Data under study: Begin
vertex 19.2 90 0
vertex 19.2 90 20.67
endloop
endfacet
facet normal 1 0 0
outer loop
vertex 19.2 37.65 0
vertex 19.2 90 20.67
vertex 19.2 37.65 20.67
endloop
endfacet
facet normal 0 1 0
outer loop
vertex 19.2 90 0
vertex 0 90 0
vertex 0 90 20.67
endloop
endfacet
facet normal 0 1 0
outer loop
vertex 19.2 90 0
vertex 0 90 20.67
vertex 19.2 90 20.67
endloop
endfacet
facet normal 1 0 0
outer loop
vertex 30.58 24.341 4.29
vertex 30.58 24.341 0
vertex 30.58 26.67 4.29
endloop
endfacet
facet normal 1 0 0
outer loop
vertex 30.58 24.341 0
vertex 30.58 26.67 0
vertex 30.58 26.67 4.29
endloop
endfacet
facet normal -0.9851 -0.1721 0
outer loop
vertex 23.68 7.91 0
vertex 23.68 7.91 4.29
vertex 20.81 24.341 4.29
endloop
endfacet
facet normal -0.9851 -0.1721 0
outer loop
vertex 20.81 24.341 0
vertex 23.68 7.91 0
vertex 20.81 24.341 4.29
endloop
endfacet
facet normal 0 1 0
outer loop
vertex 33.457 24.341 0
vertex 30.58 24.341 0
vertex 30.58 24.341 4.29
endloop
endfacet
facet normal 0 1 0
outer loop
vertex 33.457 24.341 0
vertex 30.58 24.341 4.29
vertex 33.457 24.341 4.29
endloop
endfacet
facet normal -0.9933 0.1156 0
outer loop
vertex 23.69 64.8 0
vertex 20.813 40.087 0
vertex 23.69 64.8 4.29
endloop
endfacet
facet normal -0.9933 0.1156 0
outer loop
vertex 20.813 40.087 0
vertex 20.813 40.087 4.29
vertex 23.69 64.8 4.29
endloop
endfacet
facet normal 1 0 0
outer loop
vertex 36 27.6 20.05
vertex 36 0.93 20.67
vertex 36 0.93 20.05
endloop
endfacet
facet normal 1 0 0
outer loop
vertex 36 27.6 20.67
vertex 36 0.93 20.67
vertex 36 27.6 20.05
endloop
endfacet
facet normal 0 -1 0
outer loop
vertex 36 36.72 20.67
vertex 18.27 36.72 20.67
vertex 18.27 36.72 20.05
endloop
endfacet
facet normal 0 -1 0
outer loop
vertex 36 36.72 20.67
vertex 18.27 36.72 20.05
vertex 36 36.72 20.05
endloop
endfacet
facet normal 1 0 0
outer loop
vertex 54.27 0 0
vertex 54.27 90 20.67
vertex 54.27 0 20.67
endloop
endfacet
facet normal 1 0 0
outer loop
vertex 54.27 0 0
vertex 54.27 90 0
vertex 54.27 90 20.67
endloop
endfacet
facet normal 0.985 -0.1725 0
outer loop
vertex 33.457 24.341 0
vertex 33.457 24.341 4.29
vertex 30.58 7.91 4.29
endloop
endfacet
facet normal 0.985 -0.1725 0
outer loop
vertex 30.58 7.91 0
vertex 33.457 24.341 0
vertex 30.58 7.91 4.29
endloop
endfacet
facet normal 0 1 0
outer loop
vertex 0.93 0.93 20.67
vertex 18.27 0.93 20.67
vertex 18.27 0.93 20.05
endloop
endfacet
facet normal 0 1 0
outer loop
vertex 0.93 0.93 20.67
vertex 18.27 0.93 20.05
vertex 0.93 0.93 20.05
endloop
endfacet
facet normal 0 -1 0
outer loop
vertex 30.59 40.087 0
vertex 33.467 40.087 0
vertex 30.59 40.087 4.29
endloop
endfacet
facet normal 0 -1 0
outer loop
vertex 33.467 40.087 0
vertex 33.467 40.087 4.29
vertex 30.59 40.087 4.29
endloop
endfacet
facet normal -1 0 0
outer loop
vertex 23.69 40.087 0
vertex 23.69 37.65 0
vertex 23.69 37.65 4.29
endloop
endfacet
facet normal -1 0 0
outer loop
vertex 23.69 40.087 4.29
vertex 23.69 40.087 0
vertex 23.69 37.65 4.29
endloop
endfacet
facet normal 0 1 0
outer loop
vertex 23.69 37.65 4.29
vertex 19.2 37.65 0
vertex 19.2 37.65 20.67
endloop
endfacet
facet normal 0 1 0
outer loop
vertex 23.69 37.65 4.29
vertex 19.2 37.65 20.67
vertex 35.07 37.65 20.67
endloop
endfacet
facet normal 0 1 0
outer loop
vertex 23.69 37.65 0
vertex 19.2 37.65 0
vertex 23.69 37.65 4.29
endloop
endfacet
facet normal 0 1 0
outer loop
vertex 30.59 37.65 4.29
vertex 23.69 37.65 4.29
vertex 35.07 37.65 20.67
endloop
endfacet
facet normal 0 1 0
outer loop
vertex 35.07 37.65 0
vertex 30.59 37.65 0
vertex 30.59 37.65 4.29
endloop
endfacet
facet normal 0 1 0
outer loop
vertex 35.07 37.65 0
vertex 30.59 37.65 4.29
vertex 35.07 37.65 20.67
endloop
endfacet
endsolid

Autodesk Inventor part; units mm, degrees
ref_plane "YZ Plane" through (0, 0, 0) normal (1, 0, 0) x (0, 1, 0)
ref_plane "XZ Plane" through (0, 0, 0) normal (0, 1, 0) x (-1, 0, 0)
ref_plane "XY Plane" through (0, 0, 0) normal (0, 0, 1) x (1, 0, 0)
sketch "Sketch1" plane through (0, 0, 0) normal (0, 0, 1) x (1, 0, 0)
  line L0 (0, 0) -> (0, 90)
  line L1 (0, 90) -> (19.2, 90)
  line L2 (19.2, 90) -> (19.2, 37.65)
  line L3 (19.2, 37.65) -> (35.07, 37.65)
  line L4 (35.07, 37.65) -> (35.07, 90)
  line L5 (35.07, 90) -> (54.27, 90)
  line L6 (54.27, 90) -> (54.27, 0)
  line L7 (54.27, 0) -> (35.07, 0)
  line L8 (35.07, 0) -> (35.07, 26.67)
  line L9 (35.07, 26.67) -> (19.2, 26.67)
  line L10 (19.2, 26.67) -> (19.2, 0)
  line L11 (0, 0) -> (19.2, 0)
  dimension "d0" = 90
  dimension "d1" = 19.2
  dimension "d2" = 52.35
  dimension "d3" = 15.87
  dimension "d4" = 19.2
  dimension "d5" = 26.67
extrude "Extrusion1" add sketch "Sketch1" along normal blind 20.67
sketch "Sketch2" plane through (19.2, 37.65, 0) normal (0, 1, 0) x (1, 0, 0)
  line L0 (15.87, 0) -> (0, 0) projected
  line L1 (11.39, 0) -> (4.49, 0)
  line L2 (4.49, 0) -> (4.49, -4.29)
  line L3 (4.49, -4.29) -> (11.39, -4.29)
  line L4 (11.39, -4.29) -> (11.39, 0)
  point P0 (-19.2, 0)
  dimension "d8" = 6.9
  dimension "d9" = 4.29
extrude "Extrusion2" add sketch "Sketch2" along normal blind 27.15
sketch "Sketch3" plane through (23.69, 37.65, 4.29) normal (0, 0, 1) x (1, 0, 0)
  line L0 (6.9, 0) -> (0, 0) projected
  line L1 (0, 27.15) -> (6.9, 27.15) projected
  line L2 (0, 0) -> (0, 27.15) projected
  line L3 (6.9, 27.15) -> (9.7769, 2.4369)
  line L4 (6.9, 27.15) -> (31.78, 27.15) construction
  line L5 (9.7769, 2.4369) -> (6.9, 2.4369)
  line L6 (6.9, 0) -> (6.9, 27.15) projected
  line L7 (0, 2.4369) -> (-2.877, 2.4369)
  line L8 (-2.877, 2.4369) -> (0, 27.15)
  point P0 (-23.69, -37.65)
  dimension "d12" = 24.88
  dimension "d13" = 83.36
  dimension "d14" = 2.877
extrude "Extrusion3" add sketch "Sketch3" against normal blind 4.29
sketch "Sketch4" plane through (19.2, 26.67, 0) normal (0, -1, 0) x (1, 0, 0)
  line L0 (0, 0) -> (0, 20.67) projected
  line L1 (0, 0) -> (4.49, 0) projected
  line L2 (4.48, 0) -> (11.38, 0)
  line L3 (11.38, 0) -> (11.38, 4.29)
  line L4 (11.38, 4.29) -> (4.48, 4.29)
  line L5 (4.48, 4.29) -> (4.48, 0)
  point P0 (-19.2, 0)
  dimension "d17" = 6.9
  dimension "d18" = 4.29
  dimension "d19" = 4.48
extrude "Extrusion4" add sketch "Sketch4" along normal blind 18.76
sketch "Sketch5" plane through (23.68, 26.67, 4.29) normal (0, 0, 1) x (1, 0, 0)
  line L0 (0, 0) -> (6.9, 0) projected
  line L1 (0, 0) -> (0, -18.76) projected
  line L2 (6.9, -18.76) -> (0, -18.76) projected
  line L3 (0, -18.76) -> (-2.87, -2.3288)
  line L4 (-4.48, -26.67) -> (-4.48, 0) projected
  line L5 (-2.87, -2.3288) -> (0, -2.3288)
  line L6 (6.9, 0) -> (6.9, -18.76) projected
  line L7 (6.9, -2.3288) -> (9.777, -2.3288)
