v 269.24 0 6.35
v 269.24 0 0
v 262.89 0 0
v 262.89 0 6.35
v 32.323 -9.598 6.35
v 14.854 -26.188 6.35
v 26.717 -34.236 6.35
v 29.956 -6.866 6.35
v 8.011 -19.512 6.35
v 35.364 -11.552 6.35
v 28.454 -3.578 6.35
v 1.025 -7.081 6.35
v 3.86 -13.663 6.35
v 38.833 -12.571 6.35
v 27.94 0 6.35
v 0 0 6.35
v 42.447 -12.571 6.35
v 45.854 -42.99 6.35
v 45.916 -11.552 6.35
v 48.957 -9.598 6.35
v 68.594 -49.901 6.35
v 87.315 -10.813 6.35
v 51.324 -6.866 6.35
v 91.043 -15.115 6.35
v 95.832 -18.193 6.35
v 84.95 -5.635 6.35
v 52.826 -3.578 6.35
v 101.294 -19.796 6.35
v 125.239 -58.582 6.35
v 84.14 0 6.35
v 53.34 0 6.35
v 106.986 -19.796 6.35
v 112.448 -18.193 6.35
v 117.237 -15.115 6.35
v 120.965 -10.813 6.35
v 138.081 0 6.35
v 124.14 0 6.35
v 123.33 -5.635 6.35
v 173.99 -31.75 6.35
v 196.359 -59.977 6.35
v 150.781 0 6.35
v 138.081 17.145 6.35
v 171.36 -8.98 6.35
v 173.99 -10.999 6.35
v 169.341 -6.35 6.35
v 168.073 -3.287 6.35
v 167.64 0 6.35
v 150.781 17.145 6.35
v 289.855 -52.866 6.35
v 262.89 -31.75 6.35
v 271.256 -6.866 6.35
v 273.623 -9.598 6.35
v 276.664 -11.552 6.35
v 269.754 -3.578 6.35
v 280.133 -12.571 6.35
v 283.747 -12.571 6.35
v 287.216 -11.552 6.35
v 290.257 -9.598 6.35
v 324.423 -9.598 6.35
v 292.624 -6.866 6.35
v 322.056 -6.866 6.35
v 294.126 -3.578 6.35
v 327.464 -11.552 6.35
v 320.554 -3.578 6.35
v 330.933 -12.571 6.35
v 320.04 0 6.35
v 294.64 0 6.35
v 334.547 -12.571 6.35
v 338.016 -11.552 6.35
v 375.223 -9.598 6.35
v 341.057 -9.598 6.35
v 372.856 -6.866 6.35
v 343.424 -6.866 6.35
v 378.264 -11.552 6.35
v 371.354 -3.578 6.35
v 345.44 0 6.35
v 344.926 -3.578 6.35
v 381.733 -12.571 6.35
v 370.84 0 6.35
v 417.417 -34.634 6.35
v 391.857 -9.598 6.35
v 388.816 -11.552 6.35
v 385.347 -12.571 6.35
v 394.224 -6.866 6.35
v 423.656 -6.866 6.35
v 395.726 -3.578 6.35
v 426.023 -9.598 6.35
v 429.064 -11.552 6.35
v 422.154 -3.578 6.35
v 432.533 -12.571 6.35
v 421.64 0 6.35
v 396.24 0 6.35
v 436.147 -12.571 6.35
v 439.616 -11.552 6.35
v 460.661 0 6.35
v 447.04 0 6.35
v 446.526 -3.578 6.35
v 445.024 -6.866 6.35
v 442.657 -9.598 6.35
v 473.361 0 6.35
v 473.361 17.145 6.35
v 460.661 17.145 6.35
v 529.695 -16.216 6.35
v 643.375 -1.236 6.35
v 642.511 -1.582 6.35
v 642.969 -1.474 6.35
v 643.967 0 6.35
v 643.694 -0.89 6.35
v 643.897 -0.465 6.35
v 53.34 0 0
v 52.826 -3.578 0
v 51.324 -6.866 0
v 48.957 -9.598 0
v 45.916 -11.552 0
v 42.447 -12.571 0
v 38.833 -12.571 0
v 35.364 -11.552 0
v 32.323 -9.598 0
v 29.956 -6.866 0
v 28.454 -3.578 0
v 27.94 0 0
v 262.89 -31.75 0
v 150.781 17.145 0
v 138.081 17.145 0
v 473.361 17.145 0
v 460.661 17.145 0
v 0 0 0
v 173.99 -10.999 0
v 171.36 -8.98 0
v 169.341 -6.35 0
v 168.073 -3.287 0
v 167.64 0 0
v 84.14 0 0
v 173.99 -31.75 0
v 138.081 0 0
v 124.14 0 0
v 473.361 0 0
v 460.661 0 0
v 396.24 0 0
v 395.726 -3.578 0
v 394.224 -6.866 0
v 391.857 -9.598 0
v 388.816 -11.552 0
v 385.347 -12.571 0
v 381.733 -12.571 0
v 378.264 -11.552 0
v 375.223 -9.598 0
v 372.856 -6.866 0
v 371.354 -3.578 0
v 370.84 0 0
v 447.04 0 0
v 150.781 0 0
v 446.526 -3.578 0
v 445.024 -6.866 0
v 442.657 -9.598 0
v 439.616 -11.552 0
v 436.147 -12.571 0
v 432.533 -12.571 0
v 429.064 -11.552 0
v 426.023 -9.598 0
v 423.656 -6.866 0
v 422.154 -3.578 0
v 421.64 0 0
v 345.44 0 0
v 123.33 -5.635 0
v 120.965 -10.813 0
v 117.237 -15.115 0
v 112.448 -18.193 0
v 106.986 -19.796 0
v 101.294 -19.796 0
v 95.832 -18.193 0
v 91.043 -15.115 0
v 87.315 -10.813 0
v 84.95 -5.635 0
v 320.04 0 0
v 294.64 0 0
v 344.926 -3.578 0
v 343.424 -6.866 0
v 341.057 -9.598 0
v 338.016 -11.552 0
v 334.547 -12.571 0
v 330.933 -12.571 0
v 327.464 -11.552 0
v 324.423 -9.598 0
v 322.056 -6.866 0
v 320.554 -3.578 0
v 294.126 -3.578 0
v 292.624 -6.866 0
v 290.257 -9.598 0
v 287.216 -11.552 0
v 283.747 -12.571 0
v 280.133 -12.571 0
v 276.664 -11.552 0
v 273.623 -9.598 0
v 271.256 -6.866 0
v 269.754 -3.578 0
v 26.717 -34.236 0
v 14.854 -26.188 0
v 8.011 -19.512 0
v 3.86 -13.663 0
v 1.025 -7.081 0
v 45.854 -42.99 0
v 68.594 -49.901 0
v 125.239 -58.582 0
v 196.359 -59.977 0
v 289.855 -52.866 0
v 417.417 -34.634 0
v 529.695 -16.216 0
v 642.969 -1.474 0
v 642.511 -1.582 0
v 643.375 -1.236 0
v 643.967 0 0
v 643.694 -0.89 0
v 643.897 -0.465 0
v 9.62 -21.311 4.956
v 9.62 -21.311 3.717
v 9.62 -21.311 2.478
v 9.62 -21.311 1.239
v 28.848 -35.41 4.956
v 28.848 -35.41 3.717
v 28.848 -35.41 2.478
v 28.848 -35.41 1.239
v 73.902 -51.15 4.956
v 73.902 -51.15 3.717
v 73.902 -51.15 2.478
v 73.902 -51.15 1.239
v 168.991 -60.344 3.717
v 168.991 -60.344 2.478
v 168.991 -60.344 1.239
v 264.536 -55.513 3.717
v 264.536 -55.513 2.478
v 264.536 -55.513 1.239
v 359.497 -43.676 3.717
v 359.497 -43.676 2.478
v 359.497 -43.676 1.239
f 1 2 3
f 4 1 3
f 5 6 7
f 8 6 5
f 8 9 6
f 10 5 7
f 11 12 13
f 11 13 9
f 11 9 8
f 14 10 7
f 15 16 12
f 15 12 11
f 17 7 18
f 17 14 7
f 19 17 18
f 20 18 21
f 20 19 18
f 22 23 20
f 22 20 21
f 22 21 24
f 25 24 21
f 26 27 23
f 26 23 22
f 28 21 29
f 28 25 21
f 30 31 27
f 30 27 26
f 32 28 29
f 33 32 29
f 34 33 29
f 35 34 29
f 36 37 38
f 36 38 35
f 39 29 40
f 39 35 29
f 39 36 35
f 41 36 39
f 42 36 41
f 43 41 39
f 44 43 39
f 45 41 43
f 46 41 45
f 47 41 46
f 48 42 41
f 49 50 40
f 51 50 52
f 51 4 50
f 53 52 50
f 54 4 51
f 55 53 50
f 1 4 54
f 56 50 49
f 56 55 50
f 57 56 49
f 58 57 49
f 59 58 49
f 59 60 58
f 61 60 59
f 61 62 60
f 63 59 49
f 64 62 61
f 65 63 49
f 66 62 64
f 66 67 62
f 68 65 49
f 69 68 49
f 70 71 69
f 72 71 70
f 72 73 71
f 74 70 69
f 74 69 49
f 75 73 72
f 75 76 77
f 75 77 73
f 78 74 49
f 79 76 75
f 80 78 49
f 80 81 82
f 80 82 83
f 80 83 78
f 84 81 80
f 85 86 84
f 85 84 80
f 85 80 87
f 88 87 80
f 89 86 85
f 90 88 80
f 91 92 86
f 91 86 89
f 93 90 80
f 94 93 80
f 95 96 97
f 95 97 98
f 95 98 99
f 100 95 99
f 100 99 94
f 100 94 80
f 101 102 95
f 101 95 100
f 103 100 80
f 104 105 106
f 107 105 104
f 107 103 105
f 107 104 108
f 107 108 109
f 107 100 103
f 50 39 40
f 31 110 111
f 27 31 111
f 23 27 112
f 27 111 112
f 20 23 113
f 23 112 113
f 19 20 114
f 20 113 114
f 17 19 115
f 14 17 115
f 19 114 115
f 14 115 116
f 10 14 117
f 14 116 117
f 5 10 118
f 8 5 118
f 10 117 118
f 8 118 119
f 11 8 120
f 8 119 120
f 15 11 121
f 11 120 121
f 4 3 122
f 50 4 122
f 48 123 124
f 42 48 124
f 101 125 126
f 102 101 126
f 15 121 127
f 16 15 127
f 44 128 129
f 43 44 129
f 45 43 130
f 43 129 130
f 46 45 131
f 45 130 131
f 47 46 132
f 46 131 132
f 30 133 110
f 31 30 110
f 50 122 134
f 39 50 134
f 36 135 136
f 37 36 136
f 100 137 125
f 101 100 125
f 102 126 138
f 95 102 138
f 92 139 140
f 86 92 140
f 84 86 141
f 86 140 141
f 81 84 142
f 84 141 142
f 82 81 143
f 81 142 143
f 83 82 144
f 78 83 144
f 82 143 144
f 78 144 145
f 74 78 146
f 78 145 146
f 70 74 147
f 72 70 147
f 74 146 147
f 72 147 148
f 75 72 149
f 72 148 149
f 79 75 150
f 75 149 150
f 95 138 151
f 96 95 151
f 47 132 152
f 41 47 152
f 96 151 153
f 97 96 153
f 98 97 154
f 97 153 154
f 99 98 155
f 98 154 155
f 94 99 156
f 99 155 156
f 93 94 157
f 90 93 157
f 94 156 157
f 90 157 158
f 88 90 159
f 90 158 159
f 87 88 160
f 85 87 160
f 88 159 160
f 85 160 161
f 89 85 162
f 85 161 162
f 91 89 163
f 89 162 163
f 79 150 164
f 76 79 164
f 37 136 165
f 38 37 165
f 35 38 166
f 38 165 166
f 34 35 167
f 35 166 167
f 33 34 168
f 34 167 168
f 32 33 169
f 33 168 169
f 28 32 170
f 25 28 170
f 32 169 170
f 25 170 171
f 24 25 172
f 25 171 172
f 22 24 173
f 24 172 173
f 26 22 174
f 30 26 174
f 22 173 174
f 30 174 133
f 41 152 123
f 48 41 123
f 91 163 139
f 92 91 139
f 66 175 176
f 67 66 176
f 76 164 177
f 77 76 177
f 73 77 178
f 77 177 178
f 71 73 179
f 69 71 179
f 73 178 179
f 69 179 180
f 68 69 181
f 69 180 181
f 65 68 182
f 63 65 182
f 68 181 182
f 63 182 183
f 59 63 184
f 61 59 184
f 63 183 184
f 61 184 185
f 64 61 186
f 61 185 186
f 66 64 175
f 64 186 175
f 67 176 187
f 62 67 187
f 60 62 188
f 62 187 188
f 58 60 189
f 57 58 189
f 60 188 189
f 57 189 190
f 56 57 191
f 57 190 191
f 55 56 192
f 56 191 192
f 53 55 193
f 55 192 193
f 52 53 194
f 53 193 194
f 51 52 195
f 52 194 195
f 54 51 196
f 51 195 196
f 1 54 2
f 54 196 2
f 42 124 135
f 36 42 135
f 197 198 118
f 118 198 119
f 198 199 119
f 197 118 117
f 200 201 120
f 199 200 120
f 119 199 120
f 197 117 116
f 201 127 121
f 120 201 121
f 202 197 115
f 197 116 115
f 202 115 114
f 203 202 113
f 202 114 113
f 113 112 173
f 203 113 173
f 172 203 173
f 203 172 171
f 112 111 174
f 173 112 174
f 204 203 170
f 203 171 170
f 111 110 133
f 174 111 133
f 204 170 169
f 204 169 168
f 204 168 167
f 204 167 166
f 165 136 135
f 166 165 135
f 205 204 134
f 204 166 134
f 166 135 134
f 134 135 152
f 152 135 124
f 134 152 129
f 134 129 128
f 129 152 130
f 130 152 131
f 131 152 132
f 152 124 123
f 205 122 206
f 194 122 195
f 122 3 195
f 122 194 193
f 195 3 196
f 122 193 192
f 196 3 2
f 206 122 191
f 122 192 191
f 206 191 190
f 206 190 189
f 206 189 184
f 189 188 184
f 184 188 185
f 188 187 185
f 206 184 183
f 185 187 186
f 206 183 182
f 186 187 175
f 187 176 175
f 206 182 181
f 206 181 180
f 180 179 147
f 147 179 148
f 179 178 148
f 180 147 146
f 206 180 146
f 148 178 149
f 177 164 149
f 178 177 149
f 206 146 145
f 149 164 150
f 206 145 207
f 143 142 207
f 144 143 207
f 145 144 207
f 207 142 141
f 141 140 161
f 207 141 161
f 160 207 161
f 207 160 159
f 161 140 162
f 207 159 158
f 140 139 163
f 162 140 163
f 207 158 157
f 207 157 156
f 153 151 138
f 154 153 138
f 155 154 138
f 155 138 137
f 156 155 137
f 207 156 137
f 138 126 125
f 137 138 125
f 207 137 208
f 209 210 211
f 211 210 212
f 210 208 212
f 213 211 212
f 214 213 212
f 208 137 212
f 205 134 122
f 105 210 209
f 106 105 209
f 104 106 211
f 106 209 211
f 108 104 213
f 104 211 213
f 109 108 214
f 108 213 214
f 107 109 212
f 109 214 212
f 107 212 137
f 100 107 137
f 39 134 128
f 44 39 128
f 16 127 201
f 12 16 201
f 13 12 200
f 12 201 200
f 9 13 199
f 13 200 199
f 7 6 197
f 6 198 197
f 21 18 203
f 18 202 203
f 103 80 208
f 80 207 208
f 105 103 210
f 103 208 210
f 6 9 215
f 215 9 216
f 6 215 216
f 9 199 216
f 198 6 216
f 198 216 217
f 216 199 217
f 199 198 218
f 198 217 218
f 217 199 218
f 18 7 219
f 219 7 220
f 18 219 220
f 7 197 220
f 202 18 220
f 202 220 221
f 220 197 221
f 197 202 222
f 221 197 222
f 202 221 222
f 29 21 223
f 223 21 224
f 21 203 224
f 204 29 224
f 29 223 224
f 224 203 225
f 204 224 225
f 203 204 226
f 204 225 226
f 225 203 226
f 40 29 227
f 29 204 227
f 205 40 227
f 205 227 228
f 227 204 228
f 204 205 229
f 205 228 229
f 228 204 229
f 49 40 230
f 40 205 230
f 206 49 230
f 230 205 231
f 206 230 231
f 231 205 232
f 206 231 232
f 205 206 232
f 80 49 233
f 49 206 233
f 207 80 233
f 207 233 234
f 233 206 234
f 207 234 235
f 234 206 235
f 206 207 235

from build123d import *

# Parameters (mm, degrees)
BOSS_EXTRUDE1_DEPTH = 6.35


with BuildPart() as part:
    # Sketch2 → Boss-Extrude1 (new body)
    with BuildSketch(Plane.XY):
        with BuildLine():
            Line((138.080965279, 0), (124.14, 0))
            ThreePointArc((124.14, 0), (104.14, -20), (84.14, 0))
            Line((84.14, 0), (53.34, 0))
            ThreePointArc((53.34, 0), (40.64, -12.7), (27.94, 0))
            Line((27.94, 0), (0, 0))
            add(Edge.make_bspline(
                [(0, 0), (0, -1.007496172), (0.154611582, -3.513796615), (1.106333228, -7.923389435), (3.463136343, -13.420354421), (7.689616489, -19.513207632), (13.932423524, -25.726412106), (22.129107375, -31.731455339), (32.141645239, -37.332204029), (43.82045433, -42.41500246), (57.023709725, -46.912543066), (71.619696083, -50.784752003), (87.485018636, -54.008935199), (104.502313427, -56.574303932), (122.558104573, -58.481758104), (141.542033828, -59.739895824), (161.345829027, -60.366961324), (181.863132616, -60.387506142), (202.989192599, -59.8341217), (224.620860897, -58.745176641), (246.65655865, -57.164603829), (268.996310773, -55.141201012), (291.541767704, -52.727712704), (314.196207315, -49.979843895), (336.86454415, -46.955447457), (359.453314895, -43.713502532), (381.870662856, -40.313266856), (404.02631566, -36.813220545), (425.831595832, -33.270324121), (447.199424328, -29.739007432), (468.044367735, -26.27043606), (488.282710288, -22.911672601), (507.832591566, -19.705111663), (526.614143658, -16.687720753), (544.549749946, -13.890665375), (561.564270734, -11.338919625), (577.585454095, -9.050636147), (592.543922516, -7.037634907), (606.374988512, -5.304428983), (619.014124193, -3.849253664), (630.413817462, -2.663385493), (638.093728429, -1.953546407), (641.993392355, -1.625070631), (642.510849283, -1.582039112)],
Data under study: End
» **Aim of the exercise**:
Look back at the data above. Transcribe exactly the lines starting at the line that contains "f 13 12 200" and ending at the line that contains "f 206 207 235".

» **Answer box**:
f 13 12 200
f 12 201 200
f 9 13 199
f 13 200 199
f 7 6 197
f 6 198 197
f 21 18 203
f 18 202 203
f 103 80 208
f 80 207 208
f 105 103 210
f 103 208 210
f 6 9 215
f 215 9 216
f 6 215 216
f 9 199 216
f 198 6 216
f 198 216 217
f 216 199 217
f 199 198 218
f 198 217 218
f 217 199 218
f 18 7 219
f 219 7 220
f 18 219 220
f 7 197 220
f 202 18 220
f 202 220 221
f 220 197 221
f 197 202 222
f 221 197 222
f 202 221 222
f 29 21 223
f 223 21 224
f 21 203 224
f 204 29 224
f 29 223 224
f 224 203 225
f 204 224 225
f 203 204 226
f 204 225 226
f 225 203 226
f 40 29 227
f 29 204 227
f 205 40 227
f 205 227 228
f 227 204 228
f 204 205 229
f 205 228 229
f 228 204 229
f 49 40 230
f 40 205 230
f 206 49 230
f 230 205 231
f 206 230 231
f 231 205 232
f 206 231 232
f 205 206 232
f 80 49 233
f 49 206 233
f 207 80 233
f 207 233 234
f 233 206 234
f 207 234 235
f 234 206 235
f 206 207 235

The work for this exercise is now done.